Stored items
──────
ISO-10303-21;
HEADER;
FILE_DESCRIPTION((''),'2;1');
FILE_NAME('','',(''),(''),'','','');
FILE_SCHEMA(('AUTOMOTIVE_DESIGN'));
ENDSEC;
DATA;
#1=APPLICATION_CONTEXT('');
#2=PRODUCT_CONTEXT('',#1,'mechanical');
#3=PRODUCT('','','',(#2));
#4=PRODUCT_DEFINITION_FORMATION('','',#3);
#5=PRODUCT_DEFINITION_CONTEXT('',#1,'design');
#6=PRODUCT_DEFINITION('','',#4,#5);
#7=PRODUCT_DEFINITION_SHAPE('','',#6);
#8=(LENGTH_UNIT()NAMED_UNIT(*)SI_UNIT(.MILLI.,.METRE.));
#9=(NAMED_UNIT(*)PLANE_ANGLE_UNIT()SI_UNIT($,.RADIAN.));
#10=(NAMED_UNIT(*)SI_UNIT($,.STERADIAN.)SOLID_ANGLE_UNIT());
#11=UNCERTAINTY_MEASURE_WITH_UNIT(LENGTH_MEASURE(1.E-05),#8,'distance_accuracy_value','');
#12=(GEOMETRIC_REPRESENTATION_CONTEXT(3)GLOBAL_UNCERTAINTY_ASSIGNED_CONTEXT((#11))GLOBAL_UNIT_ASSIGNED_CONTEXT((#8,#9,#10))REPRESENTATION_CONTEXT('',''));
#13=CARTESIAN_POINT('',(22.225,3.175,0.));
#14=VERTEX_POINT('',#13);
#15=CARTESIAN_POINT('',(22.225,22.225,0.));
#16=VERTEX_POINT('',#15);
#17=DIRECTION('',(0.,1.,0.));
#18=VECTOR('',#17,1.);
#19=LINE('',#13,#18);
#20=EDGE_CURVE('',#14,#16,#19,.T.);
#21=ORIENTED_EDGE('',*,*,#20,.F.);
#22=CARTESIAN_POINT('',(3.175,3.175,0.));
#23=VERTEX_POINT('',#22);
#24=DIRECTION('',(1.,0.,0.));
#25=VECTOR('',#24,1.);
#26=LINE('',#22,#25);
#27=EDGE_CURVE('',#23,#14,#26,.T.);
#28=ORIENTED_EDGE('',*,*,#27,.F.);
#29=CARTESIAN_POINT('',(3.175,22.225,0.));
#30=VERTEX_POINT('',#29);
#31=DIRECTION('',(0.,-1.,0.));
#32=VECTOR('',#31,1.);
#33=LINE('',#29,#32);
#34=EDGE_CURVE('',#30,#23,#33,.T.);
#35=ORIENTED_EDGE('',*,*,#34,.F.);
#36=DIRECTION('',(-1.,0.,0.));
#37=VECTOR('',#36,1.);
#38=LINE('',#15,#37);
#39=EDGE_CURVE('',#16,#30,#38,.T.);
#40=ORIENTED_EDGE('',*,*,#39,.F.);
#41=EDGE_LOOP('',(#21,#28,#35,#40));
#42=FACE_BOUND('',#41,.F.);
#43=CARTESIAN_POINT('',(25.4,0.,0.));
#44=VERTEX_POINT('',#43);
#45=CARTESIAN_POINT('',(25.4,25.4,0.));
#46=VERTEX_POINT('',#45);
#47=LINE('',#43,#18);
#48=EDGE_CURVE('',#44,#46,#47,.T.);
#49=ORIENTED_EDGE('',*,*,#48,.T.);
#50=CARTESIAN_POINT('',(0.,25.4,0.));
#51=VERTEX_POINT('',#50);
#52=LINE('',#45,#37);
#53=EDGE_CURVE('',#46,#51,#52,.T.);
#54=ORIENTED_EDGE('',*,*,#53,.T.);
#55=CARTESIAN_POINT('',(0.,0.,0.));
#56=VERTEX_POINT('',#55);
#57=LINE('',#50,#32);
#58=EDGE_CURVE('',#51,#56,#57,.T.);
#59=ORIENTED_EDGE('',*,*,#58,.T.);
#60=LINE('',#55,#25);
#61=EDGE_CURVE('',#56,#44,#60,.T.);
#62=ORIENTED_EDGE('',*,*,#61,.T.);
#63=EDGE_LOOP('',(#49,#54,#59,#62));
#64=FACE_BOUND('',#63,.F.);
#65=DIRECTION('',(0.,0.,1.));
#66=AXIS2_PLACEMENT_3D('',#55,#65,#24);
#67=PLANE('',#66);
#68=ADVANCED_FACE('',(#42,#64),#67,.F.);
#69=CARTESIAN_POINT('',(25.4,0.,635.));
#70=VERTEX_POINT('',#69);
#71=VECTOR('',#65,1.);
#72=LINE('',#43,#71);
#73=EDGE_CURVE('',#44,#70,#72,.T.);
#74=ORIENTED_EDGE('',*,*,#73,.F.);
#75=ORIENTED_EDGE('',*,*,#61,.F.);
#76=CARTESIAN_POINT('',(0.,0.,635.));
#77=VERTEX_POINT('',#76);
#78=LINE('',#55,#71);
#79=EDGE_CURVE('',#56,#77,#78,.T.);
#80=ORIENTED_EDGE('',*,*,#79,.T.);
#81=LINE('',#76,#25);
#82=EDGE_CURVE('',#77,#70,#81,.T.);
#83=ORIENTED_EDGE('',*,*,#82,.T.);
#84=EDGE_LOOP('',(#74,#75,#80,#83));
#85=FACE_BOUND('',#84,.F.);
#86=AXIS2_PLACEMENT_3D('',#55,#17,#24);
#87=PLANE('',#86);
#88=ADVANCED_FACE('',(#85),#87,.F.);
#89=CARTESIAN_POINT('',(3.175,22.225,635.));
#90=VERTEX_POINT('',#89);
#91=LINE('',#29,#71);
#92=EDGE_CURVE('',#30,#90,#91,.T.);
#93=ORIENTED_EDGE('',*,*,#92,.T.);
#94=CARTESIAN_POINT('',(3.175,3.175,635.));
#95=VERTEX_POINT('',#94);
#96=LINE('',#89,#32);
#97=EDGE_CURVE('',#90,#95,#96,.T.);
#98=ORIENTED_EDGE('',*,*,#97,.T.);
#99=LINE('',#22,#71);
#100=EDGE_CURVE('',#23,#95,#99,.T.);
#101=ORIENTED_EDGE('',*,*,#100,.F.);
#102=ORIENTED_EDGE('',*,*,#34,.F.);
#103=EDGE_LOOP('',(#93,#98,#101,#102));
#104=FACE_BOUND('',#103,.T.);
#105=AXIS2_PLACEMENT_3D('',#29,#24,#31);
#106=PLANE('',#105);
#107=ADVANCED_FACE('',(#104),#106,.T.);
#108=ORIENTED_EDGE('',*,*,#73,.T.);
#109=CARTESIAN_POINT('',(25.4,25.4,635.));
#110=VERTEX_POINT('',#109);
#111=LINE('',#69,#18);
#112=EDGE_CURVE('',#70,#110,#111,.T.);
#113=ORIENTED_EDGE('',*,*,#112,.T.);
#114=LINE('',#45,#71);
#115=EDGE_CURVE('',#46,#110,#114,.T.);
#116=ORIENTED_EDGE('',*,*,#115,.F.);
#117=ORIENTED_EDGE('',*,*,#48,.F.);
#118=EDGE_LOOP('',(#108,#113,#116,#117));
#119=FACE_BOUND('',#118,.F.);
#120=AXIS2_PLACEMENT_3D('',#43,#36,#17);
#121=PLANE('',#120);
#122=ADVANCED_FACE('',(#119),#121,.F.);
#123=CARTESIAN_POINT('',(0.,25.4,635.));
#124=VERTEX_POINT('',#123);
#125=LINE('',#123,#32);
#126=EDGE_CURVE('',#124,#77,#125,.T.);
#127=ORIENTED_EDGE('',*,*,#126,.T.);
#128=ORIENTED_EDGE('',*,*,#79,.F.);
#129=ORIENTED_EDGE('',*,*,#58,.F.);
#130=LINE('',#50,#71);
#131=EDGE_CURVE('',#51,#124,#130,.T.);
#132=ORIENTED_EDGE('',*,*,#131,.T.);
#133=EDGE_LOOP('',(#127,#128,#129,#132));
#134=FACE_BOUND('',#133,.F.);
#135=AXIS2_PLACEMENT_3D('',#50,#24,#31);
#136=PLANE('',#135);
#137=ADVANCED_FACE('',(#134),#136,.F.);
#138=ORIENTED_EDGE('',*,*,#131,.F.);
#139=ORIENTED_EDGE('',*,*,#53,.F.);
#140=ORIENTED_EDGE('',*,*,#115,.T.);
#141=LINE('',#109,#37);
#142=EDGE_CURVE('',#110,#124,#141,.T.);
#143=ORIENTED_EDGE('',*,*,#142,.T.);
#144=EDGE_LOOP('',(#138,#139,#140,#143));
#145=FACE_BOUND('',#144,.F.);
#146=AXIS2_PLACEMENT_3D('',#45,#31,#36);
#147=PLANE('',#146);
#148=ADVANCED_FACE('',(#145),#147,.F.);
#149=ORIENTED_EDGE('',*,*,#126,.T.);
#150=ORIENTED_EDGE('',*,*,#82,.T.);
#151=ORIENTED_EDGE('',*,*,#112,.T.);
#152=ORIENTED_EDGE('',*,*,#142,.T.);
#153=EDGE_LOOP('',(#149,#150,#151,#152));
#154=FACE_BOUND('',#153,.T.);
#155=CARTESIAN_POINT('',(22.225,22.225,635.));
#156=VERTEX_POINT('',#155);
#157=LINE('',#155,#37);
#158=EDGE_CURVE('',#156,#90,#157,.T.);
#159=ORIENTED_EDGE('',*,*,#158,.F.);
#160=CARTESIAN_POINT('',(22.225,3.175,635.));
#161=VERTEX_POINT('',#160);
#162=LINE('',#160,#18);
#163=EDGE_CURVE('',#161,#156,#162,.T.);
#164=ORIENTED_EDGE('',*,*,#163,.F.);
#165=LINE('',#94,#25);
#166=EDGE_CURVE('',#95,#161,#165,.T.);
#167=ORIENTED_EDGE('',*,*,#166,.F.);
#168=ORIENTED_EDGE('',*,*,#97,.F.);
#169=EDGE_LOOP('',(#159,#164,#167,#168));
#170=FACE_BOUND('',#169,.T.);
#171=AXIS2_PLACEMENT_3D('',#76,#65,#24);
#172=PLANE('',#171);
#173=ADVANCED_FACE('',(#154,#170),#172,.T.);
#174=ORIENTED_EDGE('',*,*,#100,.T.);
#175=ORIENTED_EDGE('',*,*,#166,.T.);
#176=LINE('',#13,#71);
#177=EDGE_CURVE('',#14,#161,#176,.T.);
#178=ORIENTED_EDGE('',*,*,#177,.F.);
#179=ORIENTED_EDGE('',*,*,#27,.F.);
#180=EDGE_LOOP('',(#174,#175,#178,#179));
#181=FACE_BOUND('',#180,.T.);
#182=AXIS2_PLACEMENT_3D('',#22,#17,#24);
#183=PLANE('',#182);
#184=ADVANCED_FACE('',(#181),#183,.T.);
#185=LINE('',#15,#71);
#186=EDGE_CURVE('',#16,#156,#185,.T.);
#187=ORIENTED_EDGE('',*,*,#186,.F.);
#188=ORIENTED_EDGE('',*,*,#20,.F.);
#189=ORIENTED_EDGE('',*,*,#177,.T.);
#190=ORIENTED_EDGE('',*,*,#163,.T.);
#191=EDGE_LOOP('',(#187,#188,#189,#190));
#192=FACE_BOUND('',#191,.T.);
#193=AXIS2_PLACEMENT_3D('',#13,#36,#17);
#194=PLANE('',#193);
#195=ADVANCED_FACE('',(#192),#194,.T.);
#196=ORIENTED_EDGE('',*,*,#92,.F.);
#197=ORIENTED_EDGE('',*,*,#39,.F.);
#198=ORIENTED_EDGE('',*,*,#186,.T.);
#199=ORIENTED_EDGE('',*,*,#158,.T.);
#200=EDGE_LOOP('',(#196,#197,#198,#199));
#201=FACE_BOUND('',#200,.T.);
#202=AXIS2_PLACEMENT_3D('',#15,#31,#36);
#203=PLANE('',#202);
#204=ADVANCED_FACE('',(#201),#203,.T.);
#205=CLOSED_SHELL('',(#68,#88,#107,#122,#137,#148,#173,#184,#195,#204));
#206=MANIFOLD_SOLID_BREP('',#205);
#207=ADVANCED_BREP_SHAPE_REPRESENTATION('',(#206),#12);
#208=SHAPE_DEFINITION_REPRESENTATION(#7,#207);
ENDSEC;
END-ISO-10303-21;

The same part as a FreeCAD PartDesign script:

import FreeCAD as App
import Part
import Sketcher
Q = App.Units.Quantity


def add_polygon(sketch, points):
    """Adds a closed chain of lines whose ends are joined by coincident constraints."""
    first, n = sketch.GeometryCount, len(points)
    for a, b in zip(points, points[1:] + points[:1]):
        sketch.addGeometry(Part.LineSegment(App.Vector(*a, 0), App.Vector(*b, 0)), False)
    for i in range(n):
        sketch.addConstraint(Sketcher.Constraint("Coincident", first + i, 2, first + (i + 1) % n, 1))

doc = App.newDocument("Part")
params = doc.addObject("Spreadsheet::Sheet", "Params")
for row, (alias, value) in enumerate([
    ("sketch1_width", "1 in"),
    ("sketch1_width2", "0.75 in"),
    ("pad1_length", "25 in"),
], start=1):
    params.set(f"A{row}", alias)
    params.set(f"B{row}", "=" + value)
    params.setAlias(f"B{row}", alias)

body = doc.addObject("PartDesign::Body", "Body")

# Sketch on XY plane
sketch1 = body.newObject("Sketcher::SketchObject", "Sketch")
sketch1.AttachmentSupport = (doc.getObject("XY_Plane"), [""])
sketch1.MapMode = "FlatFace"
add_polygon(sketch1, [(0, 25), (0, 0), (25, 0), (25, 25)])  # lines 0-3
add_polygon(sketch1, [(22, 3), (3, 3), (3, 22), (22, 22)])  # lines 4-7
sketch1.addConstraint([
    Sketcher.Constraint("Vertical", 0),
    Sketcher.Constraint("Horizontal", 1),
    Sketcher.Constraint("Vertical", 2),
    Sketcher.Constraint("Horizontal", 3),
    Sketcher.Constraint("Horizontal", 4),
    Sketcher.Constraint("Vertical", 5),
    Sketcher.Constraint("Horizontal", 6),
    Sketcher.Constraint("Vertical", 7),
    Sketcher.Constraint("Coincident", 0, 2, -1, 1),
    Sketcher.Constraint("Equal", 3, 0),
    Sketcher.Constraint("Equal", 6, 5),
    Sketcher.Constraint("DistanceX", 1, 1, 1, 2, Q("1 in")),
    Sketcher.Constraint("DistanceX", 4, 2, 4, 1, Q("0.75 in")),
    Sketcher.Constraint("DistanceX", -1, 1, 4, 2, Q("0.125 in")),
    Sketcher.Constraint("DistanceY", -1, 1, 4, 2, Q("0.125 in")),
])
sketch1.setExpression("Constraints[19]", "Params.sketch1_width")
sketch1.setExpression("Constraints[20]", "Params.sketch1_width2")
pad1 = body.newObject("PartDesign::Pad", "Pad")
pad1.Profile = sketch1
pad1.setExpression("Length", "Params.pad1_length")

doc.recompute()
──────
One inclusive range is required: first line of the data through the line containing "#36=DIRECTION('',(-1.,0.,0.));". Set it down exactly and output nothing else.

ISO-10303-21;
HEADER;
FILE_DESCRIPTION((''),'2;1');
FILE_NAME('','',(''),(''),'','','');
FILE_SCHEMA(('AUTOMOTIVE_DESIGN'));
ENDSEC;
DATA;
#1=APPLICATION_CONTEXT('');
#2=PRODUCT_CONTEXT('',#1,'mechanical');
#3=PRODUCT('','','',(#2));
#4=PRODUCT_DEFINITION_FORMATION('','',#3);
#5=PRODUCT_DEFINITION_CONTEXT('',#1,'design');
#6=PRODUCT_DEFINITION('','',#4,#5);
#7=PRODUCT_DEFINITION_SHAPE('','',#6);
#8=(LENGTH_UNIT()NAMED_UNIT(*)SI_UNIT(.MILLI.,.METRE.));
#9=(NAMED_UNIT(*)PLANE_ANGLE_UNIT()SI_UNIT($,.RADIAN.));
#10=(NAMED_UNIT(*)SI_UNIT($,.STERADIAN.)SOLID_ANGLE_UNIT());
#11=UNCERTAINTY_MEASURE_WITH_UNIT(LENGTH_MEASURE(1.E-05),#8,'distance_accuracy_value','');
#12=(GEOMETRIC_REPRESENTATION_CONTEXT(3)GLOBAL_UNCERTAINTY_ASSIGNED_CONTEXT((#11))GLOBAL_UNIT_ASSIGNED_CONTEXT((#8,#9,#10))REPRESENTATION_CONTEXT('',''));
#13=CARTESIAN_POINT('',(22.225,3.175,0.));
#14=VERTEX_POINT('',#13);
#15=CARTESIAN_POINT('',(22.225,22.225,0.));
#16=VERTEX_POINT('',#15);
#17=DIRECTION('',(0.,1.,0.));
#18=VECTOR('',#17,1.);
#19=LINE('',#13,#18);
#20=EDGE_CURVE('',#14,#16,#19,.T.);
#21=ORIENTED_EDGE('',*,*,#20,.F.);
#22=CARTESIAN_POINT('',(3.175,3.175,0.));
#23=VERTEX_POINT('',#22);
#24=DIRECTION('',(1.,0.,0.));
#25=VECTOR('',#24,1.);
#26=LINE('',#22,#25);
#27=EDGE_CURVE('',#23,#14,#26,.T.);
#28=ORIENTED_EDGE('',*,*,#27,.F.);
#29=CARTESIAN_POINT('',(3.175,22.225,0.));
#30=VERTEX_POINT('',#29);
#31=DIRECTION('',(0.,-1.,0.));
#32=VECTOR('',#31,1.);
#33=LINE('',#29,#32);
#34=EDGE_CURVE('',#30,#23,#33,.T.);
#35=ORIENTED_EDGE('',*,*,#34,.F.);
#36=DIRECTION('',(-1.,0.,0.));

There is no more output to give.